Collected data
=== Section Start ===
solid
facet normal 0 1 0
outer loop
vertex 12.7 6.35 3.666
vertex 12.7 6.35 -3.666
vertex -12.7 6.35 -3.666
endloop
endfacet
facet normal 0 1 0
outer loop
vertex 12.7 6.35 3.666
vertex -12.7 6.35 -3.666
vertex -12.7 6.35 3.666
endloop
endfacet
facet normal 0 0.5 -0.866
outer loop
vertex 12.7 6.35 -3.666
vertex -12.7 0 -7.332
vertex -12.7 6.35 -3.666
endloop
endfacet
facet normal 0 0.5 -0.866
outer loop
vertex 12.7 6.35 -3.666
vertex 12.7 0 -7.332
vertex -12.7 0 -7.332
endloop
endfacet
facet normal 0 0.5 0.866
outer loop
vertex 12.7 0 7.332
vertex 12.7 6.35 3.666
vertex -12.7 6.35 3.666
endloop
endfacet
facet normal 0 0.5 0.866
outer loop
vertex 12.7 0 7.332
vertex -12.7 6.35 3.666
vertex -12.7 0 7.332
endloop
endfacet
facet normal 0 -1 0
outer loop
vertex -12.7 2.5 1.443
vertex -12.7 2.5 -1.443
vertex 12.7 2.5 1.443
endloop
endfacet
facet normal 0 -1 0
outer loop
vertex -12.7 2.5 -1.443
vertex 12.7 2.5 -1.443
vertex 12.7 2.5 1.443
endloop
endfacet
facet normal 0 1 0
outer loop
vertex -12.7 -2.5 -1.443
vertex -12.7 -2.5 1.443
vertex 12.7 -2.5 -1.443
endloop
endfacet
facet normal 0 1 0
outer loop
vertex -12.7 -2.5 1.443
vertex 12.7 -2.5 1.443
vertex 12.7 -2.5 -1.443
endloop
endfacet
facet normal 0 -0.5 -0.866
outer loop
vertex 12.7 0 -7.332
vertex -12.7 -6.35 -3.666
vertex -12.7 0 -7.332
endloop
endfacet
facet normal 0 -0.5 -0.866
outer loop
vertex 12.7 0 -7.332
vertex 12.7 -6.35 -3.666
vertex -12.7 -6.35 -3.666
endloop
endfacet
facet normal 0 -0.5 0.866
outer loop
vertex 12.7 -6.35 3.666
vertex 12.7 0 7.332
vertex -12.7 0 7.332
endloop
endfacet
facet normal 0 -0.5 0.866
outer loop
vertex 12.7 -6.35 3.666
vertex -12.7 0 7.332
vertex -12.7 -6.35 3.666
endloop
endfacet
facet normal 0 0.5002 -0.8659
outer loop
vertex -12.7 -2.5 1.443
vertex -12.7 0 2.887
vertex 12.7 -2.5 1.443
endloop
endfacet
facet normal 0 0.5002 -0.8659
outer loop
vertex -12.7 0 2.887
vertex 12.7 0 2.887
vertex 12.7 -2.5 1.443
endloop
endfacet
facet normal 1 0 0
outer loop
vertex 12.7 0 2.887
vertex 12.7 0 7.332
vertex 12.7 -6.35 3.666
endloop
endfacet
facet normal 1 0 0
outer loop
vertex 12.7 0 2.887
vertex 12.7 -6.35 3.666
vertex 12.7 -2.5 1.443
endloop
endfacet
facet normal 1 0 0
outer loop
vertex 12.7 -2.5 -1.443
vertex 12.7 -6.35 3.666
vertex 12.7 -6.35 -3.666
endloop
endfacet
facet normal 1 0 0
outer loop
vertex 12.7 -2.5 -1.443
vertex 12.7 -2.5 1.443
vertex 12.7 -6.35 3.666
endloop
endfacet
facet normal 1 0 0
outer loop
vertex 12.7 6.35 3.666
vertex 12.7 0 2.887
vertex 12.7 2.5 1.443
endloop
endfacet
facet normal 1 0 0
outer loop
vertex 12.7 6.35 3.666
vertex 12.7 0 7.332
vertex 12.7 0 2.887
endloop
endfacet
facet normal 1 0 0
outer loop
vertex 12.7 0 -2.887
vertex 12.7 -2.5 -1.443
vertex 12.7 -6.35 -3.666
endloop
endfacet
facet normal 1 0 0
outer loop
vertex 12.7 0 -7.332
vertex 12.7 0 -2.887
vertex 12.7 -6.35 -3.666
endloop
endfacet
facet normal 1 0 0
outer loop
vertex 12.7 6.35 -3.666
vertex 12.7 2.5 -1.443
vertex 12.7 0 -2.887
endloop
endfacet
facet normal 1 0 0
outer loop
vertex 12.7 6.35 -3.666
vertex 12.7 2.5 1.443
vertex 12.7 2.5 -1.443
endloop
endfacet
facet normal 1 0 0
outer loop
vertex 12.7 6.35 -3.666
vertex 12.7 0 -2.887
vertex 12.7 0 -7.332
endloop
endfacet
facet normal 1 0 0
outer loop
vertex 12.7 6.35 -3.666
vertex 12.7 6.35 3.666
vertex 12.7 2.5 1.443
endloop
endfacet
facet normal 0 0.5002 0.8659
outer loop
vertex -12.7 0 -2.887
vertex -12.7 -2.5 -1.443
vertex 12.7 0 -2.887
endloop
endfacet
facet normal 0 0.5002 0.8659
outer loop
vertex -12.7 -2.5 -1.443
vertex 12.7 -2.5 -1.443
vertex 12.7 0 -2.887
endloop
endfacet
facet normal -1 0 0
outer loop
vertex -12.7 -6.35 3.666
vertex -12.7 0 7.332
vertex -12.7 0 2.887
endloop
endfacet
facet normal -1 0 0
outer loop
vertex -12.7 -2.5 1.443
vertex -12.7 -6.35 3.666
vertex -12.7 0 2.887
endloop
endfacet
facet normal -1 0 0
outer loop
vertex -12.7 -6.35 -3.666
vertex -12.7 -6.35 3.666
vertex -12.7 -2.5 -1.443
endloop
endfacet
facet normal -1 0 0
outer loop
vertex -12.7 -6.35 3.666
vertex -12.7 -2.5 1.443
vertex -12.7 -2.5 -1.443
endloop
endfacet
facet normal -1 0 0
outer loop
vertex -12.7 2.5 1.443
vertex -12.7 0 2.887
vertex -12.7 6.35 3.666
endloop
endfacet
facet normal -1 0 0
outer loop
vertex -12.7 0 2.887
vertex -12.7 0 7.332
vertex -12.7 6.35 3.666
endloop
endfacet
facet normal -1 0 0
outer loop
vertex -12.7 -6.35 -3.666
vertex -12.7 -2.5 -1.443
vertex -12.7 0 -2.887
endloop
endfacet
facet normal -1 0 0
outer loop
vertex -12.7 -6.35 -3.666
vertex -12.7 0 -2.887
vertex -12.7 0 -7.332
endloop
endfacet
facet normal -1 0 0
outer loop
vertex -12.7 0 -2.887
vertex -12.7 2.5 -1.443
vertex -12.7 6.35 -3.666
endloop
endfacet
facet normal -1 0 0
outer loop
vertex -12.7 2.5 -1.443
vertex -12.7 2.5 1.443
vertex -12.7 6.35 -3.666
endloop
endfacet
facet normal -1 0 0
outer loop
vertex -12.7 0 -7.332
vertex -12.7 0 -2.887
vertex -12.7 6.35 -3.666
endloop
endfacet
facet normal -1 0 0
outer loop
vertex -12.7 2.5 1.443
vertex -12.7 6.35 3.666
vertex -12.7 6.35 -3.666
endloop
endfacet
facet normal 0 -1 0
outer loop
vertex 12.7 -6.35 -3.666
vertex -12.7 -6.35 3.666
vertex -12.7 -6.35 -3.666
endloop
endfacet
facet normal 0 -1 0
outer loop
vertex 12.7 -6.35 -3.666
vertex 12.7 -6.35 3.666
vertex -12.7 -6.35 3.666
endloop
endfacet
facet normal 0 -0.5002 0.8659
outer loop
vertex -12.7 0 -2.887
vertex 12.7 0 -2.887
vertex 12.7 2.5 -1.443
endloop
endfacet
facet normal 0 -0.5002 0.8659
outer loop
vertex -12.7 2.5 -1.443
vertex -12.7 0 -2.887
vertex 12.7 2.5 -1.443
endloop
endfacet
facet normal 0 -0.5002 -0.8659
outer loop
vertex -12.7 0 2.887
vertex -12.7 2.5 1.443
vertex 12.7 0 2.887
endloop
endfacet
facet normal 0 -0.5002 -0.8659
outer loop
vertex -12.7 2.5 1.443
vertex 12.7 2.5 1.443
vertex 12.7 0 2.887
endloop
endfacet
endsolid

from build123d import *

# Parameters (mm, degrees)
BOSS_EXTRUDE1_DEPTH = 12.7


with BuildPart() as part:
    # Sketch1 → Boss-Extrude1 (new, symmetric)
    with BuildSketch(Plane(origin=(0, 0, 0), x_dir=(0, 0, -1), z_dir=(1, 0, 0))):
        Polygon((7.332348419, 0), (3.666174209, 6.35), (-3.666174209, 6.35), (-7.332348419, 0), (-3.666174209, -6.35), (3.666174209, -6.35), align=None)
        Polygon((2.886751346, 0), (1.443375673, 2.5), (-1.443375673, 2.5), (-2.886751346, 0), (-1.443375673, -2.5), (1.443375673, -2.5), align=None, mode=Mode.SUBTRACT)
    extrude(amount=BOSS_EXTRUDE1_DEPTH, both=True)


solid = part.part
=== Section End ===
=== Section Start ===
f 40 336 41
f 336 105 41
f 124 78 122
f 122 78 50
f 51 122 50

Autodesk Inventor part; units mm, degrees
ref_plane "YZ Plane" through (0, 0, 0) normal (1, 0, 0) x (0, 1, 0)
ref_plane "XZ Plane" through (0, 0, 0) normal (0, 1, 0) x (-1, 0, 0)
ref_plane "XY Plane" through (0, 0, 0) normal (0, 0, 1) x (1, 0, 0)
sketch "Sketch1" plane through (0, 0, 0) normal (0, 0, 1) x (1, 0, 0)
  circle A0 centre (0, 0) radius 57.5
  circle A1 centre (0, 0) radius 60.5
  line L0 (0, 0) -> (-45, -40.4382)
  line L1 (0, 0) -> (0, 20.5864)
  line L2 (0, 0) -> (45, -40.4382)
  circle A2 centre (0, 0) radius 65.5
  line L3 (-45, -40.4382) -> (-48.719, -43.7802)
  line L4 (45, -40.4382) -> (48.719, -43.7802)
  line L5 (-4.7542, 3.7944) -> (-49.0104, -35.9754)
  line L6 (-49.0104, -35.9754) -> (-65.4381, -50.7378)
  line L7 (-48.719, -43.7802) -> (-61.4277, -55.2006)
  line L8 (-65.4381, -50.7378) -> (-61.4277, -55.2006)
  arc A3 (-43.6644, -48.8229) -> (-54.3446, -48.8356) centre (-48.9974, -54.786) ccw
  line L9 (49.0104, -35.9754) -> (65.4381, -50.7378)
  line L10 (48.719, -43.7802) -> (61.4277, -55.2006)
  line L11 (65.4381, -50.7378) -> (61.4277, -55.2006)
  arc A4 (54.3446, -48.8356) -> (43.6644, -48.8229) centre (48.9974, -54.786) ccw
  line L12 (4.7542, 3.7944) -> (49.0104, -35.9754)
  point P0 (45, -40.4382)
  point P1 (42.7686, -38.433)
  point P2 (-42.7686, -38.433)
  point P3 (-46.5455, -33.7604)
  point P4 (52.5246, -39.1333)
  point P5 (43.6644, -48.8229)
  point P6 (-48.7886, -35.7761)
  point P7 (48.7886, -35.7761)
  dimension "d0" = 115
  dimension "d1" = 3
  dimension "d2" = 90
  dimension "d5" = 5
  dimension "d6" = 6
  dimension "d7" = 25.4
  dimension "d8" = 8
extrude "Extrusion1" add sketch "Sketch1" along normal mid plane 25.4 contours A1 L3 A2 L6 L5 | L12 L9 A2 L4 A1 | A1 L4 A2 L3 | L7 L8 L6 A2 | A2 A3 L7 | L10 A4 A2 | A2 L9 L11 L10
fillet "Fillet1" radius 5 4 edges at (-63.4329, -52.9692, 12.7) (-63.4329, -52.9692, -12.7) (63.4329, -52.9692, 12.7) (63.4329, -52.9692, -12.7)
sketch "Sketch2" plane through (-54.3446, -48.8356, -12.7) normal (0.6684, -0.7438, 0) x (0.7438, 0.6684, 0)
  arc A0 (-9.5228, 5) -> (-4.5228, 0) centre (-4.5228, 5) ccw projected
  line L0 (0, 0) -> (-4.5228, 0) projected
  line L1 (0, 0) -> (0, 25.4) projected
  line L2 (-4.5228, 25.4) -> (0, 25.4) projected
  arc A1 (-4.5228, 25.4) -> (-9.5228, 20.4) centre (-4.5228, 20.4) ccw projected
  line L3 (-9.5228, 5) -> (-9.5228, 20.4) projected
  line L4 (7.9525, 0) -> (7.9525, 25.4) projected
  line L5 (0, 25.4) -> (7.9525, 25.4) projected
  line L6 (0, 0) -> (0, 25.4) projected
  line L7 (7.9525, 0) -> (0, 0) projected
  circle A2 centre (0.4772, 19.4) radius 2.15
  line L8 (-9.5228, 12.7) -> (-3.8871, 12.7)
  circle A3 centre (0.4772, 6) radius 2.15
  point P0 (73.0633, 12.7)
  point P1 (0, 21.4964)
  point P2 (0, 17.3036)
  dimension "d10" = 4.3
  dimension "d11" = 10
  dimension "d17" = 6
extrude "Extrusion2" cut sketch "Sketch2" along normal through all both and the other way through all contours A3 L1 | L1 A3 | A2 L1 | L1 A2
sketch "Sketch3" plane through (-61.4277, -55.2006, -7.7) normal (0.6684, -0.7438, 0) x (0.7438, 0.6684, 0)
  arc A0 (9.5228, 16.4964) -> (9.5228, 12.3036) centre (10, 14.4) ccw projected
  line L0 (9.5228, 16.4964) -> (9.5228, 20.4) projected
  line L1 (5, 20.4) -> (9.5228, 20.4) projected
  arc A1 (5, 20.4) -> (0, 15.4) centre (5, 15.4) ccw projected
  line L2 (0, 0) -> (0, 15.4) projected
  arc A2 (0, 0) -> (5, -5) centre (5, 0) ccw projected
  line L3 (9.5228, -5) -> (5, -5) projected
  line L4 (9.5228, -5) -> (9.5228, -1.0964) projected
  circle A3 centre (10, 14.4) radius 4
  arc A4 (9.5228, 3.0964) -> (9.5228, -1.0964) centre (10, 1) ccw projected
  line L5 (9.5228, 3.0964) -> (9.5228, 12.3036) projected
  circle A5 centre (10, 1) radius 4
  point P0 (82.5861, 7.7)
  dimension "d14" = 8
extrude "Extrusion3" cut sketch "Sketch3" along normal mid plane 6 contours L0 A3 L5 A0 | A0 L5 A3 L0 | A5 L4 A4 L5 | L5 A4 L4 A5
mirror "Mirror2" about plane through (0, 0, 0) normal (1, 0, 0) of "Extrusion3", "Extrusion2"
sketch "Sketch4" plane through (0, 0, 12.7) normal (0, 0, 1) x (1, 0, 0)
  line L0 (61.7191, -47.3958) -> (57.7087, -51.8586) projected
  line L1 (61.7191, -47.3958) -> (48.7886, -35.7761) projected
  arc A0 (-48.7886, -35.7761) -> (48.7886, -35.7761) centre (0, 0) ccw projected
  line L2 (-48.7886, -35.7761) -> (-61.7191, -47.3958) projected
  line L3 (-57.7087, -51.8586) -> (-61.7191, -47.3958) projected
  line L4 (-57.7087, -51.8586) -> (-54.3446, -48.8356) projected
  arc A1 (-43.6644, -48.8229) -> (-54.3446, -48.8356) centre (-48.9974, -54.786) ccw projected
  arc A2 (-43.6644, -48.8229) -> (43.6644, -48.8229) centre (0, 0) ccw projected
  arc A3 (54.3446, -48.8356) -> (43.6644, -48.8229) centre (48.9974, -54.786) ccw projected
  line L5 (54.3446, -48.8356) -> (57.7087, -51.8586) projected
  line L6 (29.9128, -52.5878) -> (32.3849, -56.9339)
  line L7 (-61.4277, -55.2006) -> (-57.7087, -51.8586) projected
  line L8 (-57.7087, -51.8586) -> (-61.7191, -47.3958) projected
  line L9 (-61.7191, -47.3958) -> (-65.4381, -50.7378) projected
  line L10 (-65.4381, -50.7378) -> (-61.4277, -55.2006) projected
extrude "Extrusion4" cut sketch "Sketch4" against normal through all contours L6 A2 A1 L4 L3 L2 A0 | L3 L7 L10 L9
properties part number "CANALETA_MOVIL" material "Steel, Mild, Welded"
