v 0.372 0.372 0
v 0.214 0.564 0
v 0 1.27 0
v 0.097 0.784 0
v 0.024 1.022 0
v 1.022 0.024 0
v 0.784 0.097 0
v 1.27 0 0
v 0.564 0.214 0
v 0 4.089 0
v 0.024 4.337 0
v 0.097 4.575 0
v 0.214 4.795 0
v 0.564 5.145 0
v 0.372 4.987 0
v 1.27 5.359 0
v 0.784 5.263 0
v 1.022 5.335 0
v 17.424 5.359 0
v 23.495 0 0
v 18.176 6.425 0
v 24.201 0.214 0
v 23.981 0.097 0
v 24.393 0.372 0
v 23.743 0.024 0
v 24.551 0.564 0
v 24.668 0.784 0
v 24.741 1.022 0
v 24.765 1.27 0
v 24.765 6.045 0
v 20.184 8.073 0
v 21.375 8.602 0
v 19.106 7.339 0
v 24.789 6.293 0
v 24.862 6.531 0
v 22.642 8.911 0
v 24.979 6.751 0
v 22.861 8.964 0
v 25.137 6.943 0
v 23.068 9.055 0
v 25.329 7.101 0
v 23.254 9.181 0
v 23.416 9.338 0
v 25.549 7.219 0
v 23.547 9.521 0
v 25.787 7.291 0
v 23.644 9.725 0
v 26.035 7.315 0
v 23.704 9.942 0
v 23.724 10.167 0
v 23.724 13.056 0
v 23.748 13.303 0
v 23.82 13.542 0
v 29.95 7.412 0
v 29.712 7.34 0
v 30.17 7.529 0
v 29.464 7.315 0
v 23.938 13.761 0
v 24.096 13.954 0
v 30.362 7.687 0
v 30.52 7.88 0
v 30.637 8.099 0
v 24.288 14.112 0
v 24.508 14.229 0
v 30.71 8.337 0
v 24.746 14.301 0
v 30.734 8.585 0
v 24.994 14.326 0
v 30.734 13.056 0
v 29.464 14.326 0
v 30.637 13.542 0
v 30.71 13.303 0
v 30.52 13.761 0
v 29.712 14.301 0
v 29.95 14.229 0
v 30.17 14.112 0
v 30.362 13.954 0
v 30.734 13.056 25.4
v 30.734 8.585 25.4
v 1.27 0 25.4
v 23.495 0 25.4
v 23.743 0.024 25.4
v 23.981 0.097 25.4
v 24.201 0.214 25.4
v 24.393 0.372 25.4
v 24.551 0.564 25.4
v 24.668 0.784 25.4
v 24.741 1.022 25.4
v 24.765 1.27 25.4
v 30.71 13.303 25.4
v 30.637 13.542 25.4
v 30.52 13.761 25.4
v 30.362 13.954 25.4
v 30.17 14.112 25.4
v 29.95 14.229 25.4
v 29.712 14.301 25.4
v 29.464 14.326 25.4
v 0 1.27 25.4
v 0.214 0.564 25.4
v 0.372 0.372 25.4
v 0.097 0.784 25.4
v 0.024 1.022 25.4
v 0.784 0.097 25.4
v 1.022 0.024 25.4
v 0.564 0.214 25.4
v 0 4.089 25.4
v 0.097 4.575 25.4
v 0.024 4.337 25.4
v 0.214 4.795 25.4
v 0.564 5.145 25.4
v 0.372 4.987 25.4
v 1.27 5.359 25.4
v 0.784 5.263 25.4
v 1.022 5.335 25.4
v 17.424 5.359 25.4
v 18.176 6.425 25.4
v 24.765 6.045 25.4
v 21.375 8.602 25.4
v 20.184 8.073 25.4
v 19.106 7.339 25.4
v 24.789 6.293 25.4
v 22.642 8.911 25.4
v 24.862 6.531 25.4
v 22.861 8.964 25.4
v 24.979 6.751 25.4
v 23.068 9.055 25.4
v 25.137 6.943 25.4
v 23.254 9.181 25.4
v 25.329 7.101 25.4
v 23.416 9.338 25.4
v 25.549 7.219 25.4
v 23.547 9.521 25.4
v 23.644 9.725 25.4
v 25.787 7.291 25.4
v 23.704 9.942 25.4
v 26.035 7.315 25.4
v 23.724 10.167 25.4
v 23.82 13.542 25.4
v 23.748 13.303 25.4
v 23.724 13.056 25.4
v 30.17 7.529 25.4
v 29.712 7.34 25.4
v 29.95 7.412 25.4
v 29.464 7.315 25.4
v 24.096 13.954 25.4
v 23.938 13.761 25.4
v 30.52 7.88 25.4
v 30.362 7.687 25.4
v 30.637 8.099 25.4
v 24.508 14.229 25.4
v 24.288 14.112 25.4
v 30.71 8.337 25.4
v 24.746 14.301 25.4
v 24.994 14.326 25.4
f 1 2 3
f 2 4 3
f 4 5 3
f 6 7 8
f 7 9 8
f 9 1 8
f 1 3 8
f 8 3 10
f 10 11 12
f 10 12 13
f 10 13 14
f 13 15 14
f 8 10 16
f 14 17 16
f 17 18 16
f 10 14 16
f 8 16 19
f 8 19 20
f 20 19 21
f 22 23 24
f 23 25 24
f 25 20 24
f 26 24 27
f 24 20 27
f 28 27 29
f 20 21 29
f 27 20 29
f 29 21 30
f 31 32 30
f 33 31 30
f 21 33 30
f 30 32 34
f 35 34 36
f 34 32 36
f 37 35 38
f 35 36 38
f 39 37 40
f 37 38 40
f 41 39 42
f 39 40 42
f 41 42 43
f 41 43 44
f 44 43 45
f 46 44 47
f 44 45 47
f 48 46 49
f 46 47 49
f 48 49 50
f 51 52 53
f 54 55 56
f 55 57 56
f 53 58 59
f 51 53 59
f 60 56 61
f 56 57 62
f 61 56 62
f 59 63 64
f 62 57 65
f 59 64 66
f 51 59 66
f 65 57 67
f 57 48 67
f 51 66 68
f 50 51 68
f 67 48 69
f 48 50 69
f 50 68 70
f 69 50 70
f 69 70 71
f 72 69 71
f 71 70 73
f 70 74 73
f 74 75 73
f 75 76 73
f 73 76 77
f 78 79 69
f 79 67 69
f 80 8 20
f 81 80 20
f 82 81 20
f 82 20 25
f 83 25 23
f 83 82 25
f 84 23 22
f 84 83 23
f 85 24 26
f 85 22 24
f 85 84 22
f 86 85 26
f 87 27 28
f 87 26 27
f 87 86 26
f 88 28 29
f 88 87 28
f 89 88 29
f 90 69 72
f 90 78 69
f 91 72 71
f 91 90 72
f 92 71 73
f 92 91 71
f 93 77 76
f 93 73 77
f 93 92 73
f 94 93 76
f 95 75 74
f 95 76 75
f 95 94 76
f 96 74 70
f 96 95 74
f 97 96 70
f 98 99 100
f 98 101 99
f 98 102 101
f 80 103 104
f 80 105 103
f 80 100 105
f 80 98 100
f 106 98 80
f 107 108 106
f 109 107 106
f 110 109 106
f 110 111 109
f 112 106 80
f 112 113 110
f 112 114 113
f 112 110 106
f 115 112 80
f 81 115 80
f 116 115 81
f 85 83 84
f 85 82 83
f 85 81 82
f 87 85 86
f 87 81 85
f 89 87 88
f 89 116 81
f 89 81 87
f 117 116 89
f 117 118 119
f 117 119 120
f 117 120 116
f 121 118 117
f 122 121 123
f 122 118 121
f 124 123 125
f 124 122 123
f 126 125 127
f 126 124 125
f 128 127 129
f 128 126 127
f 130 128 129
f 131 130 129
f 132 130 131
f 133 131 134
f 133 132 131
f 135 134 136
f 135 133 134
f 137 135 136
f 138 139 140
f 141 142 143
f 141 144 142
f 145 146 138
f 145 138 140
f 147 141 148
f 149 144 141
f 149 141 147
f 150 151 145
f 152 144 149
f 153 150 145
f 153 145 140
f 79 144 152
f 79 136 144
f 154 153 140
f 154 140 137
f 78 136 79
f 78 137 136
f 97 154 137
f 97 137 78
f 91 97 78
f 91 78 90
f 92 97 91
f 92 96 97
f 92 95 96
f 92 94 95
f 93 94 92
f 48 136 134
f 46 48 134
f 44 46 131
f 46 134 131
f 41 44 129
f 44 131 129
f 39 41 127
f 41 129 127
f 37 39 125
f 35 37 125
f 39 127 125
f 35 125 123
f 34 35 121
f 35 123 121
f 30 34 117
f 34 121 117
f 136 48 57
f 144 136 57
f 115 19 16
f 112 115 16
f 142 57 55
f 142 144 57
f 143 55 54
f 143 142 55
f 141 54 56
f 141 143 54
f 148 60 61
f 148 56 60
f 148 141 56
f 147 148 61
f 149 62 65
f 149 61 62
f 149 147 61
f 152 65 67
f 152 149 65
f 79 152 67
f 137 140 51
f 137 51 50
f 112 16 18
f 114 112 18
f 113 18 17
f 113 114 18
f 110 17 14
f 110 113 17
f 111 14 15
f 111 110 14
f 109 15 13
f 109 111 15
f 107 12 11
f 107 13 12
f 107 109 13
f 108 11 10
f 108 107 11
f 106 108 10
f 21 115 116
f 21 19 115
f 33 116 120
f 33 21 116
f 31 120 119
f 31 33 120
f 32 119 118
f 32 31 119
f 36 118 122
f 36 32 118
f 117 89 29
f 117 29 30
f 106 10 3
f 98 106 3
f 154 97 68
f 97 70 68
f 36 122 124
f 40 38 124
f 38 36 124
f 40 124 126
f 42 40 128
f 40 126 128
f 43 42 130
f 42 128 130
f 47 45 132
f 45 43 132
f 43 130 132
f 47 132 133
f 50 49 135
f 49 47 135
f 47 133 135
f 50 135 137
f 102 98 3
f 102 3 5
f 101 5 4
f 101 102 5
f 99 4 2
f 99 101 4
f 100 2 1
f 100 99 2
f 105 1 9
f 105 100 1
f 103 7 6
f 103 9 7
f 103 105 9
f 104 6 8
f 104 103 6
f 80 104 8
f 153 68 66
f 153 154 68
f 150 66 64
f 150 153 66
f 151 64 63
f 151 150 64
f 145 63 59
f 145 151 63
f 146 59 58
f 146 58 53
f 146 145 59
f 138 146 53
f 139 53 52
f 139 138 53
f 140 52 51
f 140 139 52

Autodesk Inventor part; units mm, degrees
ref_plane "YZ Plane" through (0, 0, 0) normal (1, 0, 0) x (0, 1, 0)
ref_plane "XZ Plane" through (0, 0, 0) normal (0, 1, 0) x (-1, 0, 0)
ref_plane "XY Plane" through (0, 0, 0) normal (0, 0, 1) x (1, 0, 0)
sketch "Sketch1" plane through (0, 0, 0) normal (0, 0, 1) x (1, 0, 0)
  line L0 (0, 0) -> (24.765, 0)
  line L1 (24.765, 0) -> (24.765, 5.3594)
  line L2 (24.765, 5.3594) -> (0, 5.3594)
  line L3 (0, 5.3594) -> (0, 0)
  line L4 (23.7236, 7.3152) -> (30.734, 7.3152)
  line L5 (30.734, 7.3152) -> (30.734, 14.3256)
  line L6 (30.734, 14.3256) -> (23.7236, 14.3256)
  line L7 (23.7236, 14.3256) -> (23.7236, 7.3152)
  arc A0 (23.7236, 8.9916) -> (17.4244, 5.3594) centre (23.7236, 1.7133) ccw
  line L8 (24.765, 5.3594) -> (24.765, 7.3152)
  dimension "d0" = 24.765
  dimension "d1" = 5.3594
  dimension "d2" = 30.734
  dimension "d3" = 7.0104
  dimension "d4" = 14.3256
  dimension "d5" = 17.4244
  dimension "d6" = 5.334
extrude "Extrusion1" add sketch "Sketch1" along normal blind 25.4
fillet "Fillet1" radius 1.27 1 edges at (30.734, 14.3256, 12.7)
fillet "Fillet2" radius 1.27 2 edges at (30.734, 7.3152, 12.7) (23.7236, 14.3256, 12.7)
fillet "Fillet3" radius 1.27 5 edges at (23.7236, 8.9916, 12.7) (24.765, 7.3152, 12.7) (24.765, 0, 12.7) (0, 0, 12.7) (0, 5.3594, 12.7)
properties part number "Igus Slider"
=== Section End ===
> TASK
Look through the data above and return exactly the lines from the one that contains "f 113 18 17" to the one that contains "f 140 139 52", inclusive, with nothing else.

> WRITTEN RESPONSE
f 113 18 17
f 113 114 18
f 110 17 14
f 110 113 17
f 111 14 15
f 111 110 14
f 109 15 13
f 109 111 15
f 107 12 11
f 107 13 12
f 107 109 13
f 108 11 10
f 108 107 11
f 106 108 10
f 21 115 116
f 21 19 115
f 33 116 120
f 33 21 116
f 31 120 119
f 31 33 120
f 32 119 118
f 32 31 119
f 36 118 122
f 36 32 118
f 117 89 29
f 117 29 30
f 106 10 3
f 98 106 3
f 154 97 68
f 97 70 68
f 36 122 124
f 40 38 124
f 38 36 124
f 40 124 126
f 42 40 128
f 40 126 128
f 43 42 130
f 42 128 130
f 47 45 132
f 45 43 132
f 43 130 132
f 47 132 133
f 50 49 135
f 49 47 135
f 47 133 135
f 50 135 137
f 102 98 3
f 102 3 5
f 101 5 4
f 101 102 5
f 99 4 2
f 99 101 4
f 100 2 1
f 100 99 2
f 105 1 9
f 105 100 1
f 103 7 6
f 103 9 7
f 103 105 9
f 104 6 8
f 104 103 6
f 80 104 8
f 153 68 66
f 153 154 68
f 150 66 64
f 150 153 66
f 151 64 63
f 151 150 64
f 145 63 59
f 145 151 63
f 146 59 58
f 146 58 53
f 146 145 59
f 138 146 53
f 139 53 52
f 139 138 53
f 140 52 51
f 140 139 52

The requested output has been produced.